(TASK TO COMPLETE) Your answer is the lines below, exactly, from the one that contains "#49=EDGE_CURVE('',#45,#47,#48,.T.);" through the one that contains "#95=CARTESIAN_POINT('',(0.,0.,1.35255));", both included.

(INFORMATION SHOWN)
====
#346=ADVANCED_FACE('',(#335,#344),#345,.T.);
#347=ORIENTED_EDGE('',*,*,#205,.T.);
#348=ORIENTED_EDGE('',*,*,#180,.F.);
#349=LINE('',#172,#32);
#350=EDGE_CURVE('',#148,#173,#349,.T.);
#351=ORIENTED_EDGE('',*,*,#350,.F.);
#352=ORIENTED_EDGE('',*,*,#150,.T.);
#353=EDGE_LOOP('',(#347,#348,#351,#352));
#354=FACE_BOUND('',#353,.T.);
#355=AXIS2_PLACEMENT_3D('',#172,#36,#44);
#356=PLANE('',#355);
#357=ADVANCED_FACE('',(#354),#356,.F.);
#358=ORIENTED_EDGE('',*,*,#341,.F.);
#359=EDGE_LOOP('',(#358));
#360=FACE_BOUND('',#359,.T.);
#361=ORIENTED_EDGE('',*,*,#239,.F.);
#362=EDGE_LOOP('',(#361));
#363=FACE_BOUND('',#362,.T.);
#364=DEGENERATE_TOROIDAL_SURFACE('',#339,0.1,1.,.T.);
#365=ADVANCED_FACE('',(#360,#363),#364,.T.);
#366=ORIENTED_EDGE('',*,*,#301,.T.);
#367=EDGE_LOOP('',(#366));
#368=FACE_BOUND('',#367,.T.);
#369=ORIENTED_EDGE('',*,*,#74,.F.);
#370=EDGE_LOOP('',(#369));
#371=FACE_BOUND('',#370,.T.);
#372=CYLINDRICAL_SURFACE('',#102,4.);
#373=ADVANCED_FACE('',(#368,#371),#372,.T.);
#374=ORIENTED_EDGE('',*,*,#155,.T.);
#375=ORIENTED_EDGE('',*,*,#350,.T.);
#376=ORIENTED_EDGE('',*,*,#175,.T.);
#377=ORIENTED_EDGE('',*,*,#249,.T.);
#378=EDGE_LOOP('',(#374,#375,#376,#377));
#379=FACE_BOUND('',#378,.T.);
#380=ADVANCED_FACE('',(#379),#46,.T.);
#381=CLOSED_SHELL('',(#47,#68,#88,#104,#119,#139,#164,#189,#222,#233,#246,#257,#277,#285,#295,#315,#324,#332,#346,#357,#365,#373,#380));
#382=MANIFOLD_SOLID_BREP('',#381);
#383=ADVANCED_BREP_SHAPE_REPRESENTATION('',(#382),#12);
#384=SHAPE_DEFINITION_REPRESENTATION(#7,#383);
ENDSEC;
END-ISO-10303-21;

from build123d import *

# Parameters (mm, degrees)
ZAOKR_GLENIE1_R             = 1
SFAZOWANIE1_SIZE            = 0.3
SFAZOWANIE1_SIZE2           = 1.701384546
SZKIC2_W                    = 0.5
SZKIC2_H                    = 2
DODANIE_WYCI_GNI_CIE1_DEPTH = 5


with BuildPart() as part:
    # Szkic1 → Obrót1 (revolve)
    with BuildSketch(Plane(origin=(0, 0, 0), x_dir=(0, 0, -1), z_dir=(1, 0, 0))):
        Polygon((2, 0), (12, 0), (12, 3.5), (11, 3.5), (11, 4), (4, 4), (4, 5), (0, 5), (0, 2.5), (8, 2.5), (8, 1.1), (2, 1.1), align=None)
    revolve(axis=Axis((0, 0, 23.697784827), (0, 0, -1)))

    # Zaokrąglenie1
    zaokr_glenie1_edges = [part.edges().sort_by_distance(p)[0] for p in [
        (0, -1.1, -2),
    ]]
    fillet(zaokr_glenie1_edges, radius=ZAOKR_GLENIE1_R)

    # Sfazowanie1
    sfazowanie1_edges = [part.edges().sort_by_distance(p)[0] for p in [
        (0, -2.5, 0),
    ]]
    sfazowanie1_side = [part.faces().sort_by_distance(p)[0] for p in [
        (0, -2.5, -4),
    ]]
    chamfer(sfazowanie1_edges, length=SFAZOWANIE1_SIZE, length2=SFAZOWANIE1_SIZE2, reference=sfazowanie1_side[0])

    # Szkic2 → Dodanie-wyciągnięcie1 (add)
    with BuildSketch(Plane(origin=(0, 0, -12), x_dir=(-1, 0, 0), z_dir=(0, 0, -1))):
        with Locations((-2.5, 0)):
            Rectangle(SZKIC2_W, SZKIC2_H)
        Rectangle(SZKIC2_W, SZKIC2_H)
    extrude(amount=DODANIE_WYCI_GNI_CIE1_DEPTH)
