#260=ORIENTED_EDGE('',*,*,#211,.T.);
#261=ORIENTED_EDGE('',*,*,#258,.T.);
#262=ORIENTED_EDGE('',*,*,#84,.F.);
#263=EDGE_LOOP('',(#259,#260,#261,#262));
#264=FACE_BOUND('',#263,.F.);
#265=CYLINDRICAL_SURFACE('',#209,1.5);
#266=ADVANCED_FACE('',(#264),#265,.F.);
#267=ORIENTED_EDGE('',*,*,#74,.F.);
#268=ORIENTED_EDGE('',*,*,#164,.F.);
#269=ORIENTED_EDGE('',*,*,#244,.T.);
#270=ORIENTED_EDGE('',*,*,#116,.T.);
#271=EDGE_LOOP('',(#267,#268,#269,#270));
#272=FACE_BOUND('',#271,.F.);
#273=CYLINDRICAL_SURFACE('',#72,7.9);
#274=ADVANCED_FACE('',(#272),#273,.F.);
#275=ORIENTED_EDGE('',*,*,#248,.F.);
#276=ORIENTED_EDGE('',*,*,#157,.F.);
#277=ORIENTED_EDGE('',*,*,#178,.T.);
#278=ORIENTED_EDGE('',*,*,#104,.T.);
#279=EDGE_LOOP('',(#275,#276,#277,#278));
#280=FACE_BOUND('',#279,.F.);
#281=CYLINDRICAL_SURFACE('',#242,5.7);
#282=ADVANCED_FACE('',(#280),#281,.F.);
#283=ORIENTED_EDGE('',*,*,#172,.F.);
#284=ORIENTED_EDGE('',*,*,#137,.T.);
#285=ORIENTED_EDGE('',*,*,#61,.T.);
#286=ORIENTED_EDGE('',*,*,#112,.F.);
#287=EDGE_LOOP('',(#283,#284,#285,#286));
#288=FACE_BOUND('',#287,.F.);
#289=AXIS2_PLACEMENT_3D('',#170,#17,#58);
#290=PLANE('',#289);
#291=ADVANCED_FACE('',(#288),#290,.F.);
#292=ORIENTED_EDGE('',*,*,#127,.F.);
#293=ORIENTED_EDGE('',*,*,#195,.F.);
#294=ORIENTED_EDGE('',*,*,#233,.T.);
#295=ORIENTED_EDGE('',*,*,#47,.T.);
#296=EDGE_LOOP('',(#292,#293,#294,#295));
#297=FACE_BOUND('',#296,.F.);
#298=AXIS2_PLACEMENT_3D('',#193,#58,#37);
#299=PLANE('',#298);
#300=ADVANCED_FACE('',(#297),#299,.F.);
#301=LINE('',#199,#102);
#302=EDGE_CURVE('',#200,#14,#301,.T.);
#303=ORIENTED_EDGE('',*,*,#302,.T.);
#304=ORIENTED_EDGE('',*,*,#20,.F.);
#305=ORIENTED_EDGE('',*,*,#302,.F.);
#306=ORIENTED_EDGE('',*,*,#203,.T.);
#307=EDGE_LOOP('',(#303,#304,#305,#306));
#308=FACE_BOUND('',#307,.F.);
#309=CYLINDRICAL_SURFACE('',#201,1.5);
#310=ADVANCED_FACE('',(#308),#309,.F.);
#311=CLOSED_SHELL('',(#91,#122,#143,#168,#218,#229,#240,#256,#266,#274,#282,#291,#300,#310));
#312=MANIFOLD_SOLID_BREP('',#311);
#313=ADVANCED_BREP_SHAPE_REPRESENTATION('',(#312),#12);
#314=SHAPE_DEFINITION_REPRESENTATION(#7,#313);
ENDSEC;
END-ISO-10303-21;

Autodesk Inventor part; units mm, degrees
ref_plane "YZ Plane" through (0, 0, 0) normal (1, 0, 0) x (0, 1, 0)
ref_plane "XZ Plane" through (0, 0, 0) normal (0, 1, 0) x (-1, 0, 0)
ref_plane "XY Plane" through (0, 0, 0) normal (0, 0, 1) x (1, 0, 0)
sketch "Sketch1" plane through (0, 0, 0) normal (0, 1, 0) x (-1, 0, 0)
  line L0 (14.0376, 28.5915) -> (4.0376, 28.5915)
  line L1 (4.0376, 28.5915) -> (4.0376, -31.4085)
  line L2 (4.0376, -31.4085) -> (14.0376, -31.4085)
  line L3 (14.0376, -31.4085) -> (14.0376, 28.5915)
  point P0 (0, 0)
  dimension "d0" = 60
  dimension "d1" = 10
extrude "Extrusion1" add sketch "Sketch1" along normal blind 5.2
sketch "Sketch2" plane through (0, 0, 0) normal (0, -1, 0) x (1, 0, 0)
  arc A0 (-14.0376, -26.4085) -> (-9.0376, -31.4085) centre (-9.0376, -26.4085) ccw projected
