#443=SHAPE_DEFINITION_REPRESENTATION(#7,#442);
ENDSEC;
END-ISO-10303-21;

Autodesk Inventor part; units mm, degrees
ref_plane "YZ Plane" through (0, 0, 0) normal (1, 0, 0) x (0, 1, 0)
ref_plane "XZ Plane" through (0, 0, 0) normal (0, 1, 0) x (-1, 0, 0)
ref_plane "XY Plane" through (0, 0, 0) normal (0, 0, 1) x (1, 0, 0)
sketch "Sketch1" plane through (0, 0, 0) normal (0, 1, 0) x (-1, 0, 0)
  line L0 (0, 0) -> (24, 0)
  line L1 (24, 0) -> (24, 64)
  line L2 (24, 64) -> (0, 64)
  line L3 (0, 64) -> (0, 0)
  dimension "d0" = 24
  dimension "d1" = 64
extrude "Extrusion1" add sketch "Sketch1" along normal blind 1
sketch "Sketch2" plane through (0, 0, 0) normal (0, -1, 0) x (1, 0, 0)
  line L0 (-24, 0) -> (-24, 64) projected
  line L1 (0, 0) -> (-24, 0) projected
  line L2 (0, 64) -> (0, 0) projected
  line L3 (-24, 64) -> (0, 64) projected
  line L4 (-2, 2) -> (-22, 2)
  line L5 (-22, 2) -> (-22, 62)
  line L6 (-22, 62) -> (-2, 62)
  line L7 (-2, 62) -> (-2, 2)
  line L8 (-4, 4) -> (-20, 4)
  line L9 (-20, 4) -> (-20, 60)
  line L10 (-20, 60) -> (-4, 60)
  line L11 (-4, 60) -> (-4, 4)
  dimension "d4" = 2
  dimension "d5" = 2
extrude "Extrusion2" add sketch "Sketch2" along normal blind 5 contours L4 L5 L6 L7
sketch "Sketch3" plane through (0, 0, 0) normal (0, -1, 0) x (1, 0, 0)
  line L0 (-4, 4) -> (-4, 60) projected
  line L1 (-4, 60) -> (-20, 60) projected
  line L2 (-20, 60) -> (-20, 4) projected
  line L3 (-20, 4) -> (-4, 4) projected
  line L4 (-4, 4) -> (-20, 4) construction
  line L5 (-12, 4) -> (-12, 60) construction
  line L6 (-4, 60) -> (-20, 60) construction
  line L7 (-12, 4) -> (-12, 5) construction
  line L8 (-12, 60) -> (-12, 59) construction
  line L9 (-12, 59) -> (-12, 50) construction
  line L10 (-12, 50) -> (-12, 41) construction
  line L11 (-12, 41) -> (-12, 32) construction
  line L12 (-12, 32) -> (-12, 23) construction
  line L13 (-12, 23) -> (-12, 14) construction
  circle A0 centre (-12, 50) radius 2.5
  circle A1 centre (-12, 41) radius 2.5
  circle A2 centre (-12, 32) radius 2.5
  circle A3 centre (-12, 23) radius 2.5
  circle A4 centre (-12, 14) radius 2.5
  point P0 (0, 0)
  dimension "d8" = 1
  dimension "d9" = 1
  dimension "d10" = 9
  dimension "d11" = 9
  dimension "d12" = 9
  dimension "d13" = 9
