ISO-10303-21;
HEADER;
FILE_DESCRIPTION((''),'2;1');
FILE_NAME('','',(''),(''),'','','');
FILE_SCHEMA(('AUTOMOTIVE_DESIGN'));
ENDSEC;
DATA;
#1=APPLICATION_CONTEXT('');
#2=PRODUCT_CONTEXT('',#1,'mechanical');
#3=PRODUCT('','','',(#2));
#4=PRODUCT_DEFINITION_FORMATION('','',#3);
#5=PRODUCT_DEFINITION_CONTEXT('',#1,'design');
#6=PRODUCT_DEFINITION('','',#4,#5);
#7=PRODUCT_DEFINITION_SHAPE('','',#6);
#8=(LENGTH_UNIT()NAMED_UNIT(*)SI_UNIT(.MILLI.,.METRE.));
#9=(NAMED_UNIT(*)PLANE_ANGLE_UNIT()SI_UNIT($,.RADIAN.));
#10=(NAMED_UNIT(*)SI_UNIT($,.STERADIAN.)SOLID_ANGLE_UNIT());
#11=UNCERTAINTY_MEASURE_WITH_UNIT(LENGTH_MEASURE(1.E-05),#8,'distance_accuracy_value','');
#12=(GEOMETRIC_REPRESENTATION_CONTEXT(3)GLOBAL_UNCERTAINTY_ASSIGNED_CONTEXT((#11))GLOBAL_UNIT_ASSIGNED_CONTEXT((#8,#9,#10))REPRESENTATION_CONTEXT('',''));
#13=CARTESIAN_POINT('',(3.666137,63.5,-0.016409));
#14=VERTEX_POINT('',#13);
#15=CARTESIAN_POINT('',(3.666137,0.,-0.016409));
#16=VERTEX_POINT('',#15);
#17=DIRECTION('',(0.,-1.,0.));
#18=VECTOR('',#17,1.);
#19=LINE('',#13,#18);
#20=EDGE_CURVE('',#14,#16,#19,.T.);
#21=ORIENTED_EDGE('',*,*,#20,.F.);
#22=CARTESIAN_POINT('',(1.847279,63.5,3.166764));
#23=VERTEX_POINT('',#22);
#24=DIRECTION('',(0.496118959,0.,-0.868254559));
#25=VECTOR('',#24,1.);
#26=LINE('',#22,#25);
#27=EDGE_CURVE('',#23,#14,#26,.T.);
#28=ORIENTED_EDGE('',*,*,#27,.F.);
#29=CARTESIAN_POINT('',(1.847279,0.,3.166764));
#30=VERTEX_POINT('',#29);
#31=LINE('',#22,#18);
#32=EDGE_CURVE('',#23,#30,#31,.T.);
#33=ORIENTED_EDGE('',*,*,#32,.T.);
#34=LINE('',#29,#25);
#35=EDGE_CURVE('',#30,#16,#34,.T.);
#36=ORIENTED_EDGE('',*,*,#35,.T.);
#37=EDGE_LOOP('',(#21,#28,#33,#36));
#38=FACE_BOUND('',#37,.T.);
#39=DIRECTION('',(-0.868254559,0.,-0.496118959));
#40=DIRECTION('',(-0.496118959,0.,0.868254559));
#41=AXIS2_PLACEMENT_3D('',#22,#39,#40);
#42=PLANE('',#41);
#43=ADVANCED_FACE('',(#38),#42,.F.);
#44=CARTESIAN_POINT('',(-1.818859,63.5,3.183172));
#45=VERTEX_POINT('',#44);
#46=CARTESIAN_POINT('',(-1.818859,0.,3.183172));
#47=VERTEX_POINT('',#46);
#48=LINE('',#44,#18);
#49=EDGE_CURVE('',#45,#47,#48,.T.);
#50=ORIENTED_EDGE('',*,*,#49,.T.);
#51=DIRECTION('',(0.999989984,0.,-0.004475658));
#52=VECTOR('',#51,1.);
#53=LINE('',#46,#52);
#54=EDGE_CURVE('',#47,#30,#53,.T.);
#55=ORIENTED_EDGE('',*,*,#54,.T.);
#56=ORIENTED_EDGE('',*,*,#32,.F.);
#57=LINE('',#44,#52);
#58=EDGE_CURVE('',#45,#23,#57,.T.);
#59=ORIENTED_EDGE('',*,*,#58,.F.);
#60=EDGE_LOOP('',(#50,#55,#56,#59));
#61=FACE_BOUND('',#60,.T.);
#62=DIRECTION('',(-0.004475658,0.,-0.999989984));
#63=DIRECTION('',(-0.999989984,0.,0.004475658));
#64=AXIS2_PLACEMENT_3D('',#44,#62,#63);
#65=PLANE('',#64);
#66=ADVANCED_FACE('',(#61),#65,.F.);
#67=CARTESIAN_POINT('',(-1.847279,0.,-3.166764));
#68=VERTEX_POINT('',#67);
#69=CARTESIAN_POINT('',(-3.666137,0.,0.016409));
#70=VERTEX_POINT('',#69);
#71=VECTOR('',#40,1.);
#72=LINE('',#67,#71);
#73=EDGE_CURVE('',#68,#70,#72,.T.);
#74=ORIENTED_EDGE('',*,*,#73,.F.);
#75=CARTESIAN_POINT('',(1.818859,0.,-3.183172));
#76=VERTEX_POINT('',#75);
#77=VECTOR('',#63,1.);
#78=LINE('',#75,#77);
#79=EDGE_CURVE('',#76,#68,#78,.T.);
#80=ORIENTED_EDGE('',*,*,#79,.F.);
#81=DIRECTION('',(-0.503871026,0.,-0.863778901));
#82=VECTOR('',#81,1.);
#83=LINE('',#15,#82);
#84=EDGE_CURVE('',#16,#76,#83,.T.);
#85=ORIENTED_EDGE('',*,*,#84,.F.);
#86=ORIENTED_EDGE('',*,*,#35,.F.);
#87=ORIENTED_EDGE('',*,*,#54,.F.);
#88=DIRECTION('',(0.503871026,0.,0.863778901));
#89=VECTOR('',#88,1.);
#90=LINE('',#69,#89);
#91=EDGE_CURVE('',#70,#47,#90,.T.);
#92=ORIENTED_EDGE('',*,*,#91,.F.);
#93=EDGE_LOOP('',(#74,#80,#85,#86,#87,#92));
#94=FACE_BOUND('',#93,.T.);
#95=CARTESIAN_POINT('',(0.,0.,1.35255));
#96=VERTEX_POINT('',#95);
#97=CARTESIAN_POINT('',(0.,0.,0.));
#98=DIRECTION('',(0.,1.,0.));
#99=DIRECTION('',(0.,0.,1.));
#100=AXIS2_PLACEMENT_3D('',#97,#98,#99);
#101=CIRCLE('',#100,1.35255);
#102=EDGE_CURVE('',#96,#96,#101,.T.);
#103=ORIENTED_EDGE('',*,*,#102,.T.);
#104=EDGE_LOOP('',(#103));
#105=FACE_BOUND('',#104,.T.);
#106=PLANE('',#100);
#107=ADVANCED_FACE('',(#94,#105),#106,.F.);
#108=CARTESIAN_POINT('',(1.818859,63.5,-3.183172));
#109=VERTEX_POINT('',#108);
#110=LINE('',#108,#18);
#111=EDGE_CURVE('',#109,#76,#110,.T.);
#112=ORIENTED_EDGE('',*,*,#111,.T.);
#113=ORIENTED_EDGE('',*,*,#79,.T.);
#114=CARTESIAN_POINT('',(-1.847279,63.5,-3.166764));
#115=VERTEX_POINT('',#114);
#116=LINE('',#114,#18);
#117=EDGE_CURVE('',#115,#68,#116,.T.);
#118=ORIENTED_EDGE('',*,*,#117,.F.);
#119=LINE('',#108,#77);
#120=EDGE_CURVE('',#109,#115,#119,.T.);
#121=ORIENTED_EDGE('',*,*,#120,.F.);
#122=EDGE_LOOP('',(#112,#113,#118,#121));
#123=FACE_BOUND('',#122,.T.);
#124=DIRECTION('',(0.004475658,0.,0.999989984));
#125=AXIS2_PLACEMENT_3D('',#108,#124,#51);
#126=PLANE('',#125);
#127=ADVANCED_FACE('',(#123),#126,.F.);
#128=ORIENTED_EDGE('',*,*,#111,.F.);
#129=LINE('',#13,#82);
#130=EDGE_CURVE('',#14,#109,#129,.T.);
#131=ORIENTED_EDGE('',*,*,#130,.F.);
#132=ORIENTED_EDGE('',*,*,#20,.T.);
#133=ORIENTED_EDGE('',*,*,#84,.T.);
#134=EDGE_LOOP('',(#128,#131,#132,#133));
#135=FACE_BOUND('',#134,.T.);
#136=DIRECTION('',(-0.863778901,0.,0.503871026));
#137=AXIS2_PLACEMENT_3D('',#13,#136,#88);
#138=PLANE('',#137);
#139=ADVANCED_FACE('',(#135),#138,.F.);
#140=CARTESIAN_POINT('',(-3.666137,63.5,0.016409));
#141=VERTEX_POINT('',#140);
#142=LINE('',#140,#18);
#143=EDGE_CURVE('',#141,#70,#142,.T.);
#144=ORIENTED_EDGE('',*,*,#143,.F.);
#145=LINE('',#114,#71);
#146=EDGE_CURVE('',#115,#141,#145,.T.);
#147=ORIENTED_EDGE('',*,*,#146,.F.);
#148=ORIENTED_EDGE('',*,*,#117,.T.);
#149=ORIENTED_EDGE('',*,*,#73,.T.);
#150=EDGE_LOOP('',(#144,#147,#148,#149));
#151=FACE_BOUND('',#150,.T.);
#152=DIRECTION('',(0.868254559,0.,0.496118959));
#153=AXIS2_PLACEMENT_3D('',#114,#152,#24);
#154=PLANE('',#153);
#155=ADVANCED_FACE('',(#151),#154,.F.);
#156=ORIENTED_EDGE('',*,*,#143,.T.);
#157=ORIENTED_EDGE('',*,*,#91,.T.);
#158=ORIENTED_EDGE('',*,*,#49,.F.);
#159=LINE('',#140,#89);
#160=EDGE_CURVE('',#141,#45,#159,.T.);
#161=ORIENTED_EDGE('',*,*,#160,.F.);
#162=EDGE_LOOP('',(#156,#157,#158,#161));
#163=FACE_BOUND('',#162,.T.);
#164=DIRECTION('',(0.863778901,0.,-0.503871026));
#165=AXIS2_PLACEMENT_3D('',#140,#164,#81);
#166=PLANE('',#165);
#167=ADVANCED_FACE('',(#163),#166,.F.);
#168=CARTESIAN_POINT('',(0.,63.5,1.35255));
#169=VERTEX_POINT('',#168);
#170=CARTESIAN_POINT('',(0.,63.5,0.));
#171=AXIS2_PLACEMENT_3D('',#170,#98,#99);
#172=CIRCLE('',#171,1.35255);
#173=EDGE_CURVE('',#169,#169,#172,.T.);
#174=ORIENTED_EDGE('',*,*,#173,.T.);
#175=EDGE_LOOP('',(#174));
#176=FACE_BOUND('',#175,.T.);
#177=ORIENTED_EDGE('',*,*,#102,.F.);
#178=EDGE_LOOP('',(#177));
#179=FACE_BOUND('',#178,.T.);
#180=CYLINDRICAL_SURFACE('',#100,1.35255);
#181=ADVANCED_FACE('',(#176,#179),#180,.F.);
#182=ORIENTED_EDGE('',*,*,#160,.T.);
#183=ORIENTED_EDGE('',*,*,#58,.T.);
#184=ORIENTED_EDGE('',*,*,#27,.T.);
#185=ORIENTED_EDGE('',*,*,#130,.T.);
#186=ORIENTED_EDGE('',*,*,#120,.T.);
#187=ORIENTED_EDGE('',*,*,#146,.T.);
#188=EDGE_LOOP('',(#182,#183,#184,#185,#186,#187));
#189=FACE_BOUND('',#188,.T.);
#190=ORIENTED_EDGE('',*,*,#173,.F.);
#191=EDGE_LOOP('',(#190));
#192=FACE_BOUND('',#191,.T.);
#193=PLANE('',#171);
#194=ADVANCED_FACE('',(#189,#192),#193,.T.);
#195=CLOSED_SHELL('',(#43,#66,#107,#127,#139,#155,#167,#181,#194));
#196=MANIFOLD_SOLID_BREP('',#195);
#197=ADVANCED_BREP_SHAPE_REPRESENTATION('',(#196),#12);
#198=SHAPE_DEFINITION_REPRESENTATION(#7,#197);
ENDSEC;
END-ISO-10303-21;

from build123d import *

# Parameters (mm, degrees)
BOSS_EXTRUDE1_DEPTH = 63.5
SKETCH2_R           = 1.35255
CUT_EXTRUDE1_DEPTH  = 64.5


with BuildPart() as part:
    # Sketch1 → Boss-Extrude1 (new body)
    with BuildSketch(Plane(origin=(0, 0, 0), x_dir=(1, 0, 0), z_dir=(0, 1, 0))):
        Polygon((-1.847278959, 3.166763929), (-3.66613749, -0.016408542), (-1.818858531, -3.183172471), (1.847278959, -3.166763929), (3.66613749, 0.016408542), (1.818858531, 3.183172471), align=None)
    extrude(amount=BOSS_EXTRUDE1_DEPTH)

    # Sketch2 → Cut-Extrude1 (cut, through all)
    with BuildSketch(Plane(origin=(0, 63.5, 0), x_dir=(1, 0, 0), z_dir=(0, 1, 0))):
        Circle(SKETCH2_R)
    extrude(amount=-CUT_EXTRUDE1_DEPTH, mode=Mode.SUBTRACT)


solid = part.part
====
(EXERCISE OUTPUT)
#49=EDGE_CURVE('',#45,#47,#48,.T.);
#50=ORIENTED_EDGE('',*,*,#49,.T.);
#51=DIRECTION('',(0.999989984,0.,-0.004475658));
#52=VECTOR('',#51,1.);
#53=LINE('',#46,#52);
#54=EDGE_CURVE('',#47,#30,#53,.T.);
#55=ORIENTED_EDGE('',*,*,#54,.T.);
#56=ORIENTED_EDGE('',*,*,#32,.F.);
#57=LINE('',#44,#52);
#58=EDGE_CURVE('',#45,#23,#57,.T.);
#59=ORIENTED_EDGE('',*,*,#58,.F.);
#60=EDGE_LOOP('',(#50,#55,#56,#59));
#61=FACE_BOUND('',#60,.T.);
#62=DIRECTION('',(-0.004475658,0.,-0.999989984));
#63=DIRECTION('',(-0.999989984,0.,0.004475658));
#64=AXIS2_PLACEMENT_3D('',#44,#62,#63);
#65=PLANE('',#64);
#66=ADVANCED_FACE('',(#61),#65,.F.);
#67=CARTESIAN_POINT('',(-1.847279,0.,-3.166764));
#68=VERTEX_POINT('',#67);
#69=CARTESIAN_POINT('',(-3.666137,0.,0.016409));
#70=VERTEX_POINT('',#69);
#71=VECTOR('',#40,1.);
#72=LINE('',#67,#71);
#73=EDGE_CURVE('',#68,#70,#72,.T.);
#74=ORIENTED_EDGE('',*,*,#73,.F.);
#75=CARTESIAN_POINT('',(1.818859,0.,-3.183172));
#76=VERTEX_POINT('',#75);
#77=VECTOR('',#63,1.);
#78=LINE('',#75,#77);
#79=EDGE_CURVE('',#76,#68,#78,.T.);
#80=ORIENTED_EDGE('',*,*,#79,.F.);
#81=DIRECTION('',(-0.503871026,0.,-0.863778901));
#82=VECTOR('',#81,1.);
#83=LINE('',#15,#82);
#84=EDGE_CURVE('',#16,#76,#83,.T.);
#85=ORIENTED_EDGE('',*,*,#84,.F.);
#86=ORIENTED_EDGE('',*,*,#35,.F.);
#87=ORIENTED_EDGE('',*,*,#54,.F.);
#88=DIRECTION('',(0.503871026,0.,0.863778901));
#89=VECTOR('',#88,1.);
#90=LINE('',#69,#89);
#91=EDGE_CURVE('',#70,#47,#90,.T.);
#92=ORIENTED_EDGE('',*,*,#91,.F.);
#93=EDGE_LOOP('',(#74,#80,#85,#86,#87,#92));
#94=FACE_BOUND('',#93,.T.);
#95=CARTESIAN_POINT('',(0.,0.,1.35255));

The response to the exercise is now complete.